Sara stopped and looked around. Nicholas laughed at her and started jogging east. She giggled and ran after him. I double-layered their backpacks onto my back and held my duffle in my arms at my chest as I started a slow jog after them. Even with the extra weight I could easily outrun them, but I hung back so I could watch them playfully push each other about as they raced up a small hill.
I missed them. I missed everyone. I just wasn’t strong enough to stay.
Chapter Two
“Aunt Kelsey?” Sara asked as we were loading the bags into my SUV.
“Hmm?”
“How scared will Mom be when she finds out we’re missing?”
“Hopefully scared enough not to hire another stranger to watch you guys,” I answered as I closed the SUV’s back hatch. I waited for them to throw themselves into the back seat before closing their door and sliding into the driver’s seat. “No worries, though. I texted Uncle Alex and Aunt Katie. They’ll let your mom know that you’re with me when she starts freaking out.”
“I texted Grady, too,” Nicholas said as he latched his seatbelt.
My brain flashed through a hundred different thoughts. My heart started beating heavily against my chest, resonating in my ears. Keeping my voice level, I started up the truck and asked, “What exactly did you tell Grady?”
“That my mom was kidnapping us, and we might be late for dinner.”
I glanced to the rearview mirror and saw both kids grinning at me. “And did he text you back?” I pulled ahead, down the narrow two-track lane that ran alongside the back of the woods. I followed the tracks as they curved to the left.
“He said he already knew. Tech saw you on the security feed when you entered the basement.”
“What security feed in the basement?”
“The one that Carl installed,” Sara answered. “The whole house is wired and monitored.”
“The whole house?”
“Well, Grady and Tech disconnected t
he ones in the bathrooms and bedrooms. They told Carl that if he tried that again, they’d move him over to Headquarters to live.”
“That’s good, I guess. Where is Carl, anyway?”
“He has to work with Alex now,” Nicholas laughed. “The nannies couldn’t keep up with him, and Sara and I can’t get our schoolwork done and watch him at the same time. The last time we weren’t paying attention, he blew up Hattie’s oven.”
“The gas oven?” I asked, hitting the brakes and looking back at them.
“It was a minor explosion,” Sara said, rolling her eyes. “Everyone made way too big a deal about it.”
“Grady said it was a good thing that Hattie and Pops had flown back to Texas the day before so she didn’t see the damage to her kitchen,” Nicholas said.
“And you two were home when Carl blew the oven up?”
“It was cool,” Nicholas laughed.
“He was testing a new product to see how it reacted to heat,” Sara added. “He said he’d have to start from scratch because you’d be mad if he blew up your SUV.”
“What is this new product supposed to do?”
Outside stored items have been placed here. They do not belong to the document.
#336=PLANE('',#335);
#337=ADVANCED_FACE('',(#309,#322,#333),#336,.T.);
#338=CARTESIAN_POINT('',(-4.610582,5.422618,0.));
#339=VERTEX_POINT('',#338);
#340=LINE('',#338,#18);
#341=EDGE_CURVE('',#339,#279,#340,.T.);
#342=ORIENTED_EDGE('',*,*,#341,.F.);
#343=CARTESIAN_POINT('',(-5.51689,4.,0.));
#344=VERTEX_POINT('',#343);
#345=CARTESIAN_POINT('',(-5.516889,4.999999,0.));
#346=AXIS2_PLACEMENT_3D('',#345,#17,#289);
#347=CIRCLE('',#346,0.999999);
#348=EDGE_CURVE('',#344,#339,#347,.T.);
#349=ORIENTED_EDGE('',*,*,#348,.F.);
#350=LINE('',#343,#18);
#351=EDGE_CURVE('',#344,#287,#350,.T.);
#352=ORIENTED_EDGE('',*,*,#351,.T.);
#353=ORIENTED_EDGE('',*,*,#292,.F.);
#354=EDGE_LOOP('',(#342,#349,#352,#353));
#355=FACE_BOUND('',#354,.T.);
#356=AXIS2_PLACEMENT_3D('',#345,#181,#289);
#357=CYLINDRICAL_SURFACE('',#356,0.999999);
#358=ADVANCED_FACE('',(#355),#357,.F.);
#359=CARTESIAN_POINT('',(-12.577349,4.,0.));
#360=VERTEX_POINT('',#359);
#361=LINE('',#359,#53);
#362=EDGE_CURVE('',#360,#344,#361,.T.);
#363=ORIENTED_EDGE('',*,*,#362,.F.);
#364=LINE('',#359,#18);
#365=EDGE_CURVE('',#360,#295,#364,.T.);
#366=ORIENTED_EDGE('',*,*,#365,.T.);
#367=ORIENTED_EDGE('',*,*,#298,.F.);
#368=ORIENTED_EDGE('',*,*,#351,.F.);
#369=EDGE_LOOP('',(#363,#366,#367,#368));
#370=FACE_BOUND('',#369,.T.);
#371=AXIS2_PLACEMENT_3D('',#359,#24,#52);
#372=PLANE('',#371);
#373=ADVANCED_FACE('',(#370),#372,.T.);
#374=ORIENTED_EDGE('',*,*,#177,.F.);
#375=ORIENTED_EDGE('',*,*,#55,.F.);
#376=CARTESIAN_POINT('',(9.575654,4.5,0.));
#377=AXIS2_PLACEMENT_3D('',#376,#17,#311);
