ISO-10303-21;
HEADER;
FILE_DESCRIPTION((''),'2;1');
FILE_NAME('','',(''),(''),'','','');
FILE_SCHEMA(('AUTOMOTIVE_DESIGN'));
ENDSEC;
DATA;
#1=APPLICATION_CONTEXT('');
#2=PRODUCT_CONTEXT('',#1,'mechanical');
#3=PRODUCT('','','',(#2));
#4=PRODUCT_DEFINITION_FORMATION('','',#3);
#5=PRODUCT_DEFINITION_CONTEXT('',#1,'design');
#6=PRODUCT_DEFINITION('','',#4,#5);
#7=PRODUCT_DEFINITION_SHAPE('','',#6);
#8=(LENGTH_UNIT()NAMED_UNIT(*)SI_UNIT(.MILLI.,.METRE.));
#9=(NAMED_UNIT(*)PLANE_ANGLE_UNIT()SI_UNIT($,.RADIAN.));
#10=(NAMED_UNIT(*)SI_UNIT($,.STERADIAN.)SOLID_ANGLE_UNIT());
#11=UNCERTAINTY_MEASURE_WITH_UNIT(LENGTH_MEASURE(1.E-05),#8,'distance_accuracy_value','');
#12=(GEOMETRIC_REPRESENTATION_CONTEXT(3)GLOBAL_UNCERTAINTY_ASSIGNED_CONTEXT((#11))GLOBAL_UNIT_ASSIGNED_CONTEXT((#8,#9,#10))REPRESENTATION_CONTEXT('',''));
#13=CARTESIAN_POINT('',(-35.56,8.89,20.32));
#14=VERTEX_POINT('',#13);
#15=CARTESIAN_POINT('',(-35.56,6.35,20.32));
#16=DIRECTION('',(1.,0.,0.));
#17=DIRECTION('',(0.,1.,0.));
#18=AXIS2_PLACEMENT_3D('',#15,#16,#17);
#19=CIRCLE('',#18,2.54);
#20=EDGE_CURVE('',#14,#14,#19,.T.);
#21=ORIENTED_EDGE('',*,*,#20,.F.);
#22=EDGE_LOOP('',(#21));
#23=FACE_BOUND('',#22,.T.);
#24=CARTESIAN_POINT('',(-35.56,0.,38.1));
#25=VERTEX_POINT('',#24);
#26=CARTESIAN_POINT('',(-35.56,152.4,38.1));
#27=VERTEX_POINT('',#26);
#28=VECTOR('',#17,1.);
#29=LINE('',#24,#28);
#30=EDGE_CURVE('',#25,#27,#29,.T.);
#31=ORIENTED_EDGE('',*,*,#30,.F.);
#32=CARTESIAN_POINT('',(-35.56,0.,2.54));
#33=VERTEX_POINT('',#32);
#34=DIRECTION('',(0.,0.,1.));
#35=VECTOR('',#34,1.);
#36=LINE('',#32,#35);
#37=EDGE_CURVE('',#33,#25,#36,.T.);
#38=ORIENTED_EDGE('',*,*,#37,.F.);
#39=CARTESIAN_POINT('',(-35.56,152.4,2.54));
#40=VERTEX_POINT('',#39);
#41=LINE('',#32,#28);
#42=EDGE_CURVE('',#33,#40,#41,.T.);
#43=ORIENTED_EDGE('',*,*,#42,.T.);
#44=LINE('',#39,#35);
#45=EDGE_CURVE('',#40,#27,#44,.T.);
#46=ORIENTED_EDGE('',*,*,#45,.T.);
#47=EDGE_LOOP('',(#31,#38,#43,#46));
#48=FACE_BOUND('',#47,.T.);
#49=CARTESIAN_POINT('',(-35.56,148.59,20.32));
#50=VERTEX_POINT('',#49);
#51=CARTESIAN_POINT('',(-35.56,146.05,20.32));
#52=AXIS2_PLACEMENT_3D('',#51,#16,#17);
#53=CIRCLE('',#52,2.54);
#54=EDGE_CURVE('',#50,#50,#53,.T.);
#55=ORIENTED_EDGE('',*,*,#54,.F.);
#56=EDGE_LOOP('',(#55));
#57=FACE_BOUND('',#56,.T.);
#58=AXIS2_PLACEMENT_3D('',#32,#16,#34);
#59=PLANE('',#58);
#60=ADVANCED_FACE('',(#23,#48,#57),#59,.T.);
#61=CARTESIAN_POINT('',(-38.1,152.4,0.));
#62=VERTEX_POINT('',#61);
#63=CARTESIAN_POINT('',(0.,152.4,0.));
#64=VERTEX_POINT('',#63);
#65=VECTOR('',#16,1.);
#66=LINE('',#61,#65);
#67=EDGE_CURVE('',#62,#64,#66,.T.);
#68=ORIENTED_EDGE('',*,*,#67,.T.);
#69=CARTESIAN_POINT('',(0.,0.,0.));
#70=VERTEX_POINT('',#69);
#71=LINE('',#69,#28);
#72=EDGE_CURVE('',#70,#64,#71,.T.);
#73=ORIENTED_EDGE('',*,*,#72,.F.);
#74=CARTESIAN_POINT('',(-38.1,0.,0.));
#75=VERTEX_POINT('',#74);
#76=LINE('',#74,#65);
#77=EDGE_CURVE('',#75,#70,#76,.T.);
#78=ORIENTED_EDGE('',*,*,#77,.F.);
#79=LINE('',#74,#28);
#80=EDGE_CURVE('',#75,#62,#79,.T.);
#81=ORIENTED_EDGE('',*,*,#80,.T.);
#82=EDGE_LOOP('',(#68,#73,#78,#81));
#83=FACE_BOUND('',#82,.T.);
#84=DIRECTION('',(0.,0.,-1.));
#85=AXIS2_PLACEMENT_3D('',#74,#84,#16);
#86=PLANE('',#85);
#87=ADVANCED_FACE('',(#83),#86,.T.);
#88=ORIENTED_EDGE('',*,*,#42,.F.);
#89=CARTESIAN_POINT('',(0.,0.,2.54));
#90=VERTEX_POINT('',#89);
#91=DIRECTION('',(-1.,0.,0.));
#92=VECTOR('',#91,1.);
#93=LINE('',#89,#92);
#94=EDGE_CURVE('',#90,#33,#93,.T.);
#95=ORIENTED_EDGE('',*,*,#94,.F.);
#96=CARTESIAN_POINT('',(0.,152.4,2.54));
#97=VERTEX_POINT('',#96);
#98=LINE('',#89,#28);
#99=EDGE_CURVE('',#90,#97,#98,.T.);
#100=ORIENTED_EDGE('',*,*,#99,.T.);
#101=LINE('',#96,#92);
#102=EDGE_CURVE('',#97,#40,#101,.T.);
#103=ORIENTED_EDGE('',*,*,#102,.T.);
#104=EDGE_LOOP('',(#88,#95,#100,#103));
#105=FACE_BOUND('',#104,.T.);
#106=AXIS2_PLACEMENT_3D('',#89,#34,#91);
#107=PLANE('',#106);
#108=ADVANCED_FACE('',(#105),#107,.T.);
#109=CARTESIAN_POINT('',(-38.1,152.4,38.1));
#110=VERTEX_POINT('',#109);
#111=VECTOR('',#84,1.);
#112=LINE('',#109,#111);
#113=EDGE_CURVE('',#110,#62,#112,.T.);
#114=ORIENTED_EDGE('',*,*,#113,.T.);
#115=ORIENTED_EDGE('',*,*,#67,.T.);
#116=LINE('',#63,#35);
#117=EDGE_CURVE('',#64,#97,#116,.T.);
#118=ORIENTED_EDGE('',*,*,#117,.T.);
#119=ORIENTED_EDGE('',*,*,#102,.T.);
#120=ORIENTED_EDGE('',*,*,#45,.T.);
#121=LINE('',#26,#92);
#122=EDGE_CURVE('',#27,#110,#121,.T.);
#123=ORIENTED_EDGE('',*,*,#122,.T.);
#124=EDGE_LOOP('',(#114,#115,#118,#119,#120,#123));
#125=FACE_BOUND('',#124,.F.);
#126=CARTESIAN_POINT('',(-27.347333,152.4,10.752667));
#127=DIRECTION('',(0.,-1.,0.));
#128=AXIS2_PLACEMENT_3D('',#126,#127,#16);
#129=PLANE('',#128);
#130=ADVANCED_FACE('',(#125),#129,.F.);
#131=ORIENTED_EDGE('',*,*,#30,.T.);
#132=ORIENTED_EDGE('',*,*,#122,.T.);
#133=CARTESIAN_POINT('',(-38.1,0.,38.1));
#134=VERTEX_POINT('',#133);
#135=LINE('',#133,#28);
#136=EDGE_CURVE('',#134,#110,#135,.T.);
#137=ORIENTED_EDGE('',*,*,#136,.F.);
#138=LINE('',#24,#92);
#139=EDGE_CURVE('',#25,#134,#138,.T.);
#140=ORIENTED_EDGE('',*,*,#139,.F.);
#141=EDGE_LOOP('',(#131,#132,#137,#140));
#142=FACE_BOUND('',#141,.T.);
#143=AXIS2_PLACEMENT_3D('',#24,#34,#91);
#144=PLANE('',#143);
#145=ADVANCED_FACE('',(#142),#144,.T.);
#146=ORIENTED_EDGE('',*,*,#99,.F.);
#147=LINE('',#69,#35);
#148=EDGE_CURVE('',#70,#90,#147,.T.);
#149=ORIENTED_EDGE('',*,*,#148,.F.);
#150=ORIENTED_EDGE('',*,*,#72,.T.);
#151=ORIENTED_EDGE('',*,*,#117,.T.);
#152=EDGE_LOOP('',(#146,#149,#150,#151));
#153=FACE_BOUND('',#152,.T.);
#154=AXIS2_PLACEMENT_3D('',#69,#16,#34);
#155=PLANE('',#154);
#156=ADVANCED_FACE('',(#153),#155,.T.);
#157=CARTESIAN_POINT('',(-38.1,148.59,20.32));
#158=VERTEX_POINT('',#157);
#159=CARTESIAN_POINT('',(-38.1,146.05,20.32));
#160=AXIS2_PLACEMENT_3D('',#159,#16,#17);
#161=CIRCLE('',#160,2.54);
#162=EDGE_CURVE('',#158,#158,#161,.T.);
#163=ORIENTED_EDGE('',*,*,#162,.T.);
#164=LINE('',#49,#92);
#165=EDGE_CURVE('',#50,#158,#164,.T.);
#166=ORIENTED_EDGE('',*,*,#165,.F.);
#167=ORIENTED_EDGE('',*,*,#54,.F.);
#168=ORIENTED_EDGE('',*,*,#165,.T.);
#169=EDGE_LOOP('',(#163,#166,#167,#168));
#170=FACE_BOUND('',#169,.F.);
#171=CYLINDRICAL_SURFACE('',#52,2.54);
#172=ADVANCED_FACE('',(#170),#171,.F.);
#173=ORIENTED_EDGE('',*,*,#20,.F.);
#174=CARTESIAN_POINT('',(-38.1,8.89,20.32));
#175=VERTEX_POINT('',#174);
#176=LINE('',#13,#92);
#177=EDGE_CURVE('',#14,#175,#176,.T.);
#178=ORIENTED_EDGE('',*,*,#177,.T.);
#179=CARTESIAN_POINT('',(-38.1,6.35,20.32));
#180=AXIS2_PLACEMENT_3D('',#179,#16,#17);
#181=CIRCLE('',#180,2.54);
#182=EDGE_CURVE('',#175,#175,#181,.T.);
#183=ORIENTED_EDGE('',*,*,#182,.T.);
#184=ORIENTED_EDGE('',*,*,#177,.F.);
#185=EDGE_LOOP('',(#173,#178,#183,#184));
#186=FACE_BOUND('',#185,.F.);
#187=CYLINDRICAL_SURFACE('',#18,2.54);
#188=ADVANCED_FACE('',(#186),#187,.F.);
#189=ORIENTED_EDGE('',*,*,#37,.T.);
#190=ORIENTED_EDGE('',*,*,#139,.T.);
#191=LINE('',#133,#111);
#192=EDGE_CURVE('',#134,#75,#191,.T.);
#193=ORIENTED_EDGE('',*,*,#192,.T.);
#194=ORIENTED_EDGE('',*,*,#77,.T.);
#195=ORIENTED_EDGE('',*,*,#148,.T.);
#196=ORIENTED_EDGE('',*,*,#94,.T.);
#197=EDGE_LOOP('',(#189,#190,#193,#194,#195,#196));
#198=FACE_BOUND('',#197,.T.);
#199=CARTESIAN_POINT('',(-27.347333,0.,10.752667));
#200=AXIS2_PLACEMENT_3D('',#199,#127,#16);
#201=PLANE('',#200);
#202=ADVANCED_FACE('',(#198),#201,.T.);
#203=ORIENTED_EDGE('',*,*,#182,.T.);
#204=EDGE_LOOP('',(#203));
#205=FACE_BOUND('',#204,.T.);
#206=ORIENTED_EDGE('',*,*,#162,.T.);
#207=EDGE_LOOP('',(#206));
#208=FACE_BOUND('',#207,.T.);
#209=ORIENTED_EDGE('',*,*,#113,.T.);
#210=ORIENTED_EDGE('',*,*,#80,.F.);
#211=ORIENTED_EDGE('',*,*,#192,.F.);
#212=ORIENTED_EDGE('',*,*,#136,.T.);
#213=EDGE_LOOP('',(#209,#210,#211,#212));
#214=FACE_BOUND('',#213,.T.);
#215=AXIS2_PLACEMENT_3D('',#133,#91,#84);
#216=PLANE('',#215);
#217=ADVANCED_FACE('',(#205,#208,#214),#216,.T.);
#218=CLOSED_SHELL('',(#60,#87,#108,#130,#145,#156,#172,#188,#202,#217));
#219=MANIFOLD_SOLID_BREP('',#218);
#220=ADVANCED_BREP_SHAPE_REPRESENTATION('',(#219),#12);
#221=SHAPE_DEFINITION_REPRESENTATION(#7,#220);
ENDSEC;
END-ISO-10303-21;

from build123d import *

# Parameters (mm, degrees)
F1_DEPTH = 152.4
F2_R     = 2.54
F3_DEPTH = 25.4


with BuildPart() as f1:
    # F0 (on Front) → F1 (new body)
    with BuildSketch(Plane.XZ):
        Polygon((-38.1, 0), (0, 0), (0, 2.54), (-35.56, 2.54), (-35.56, 38.1), (-38.1, 38.1), align=None)
    extrude(amount=-F1_DEPTH)

    # F2 (on face) → F3 (cut)
    with BuildSketch(Plane.YZ.offset(-35.56)):
        with BuildLine():
            ThreePointArc((3.81, 20.32), (6.35, 17.78), (8.89, 20.32))
            ThreePointArc((8.89, 20.32), (6.35, 22.86), (3.81, 20.32))
        make_face()
        with Locations((146.05, 20.32)):
            Circle(F2_R)
    extrude(amount=-F3_DEPTH, mode=Mode.SUBTRACT)


solid = f1.part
“It looks like blue putty, but it leaves a chemical trace that can be tracked on a computer,” Sara said. “An invisible chemical lingers, and you can see it on live satellite images days later. Also, the residue changes colors as it ages; so you can tell how long ago the putty was at each point.”
“Shit. Really?”
“Language, Mom,” Nicholas said, raising that damned eyebrow.
Sara giggled. “Carl had Donovan carrying the putty around to test it for a few days. But that was before the explosion. Donovan told Carl that he won’t be his guinea pig anymore.”
“I don’t blame him.” Turning back in my seat, I followed the two-track lane again until I reached the end. Parked roadside, Tech was sitting on his motorcycle with two bags on his lap.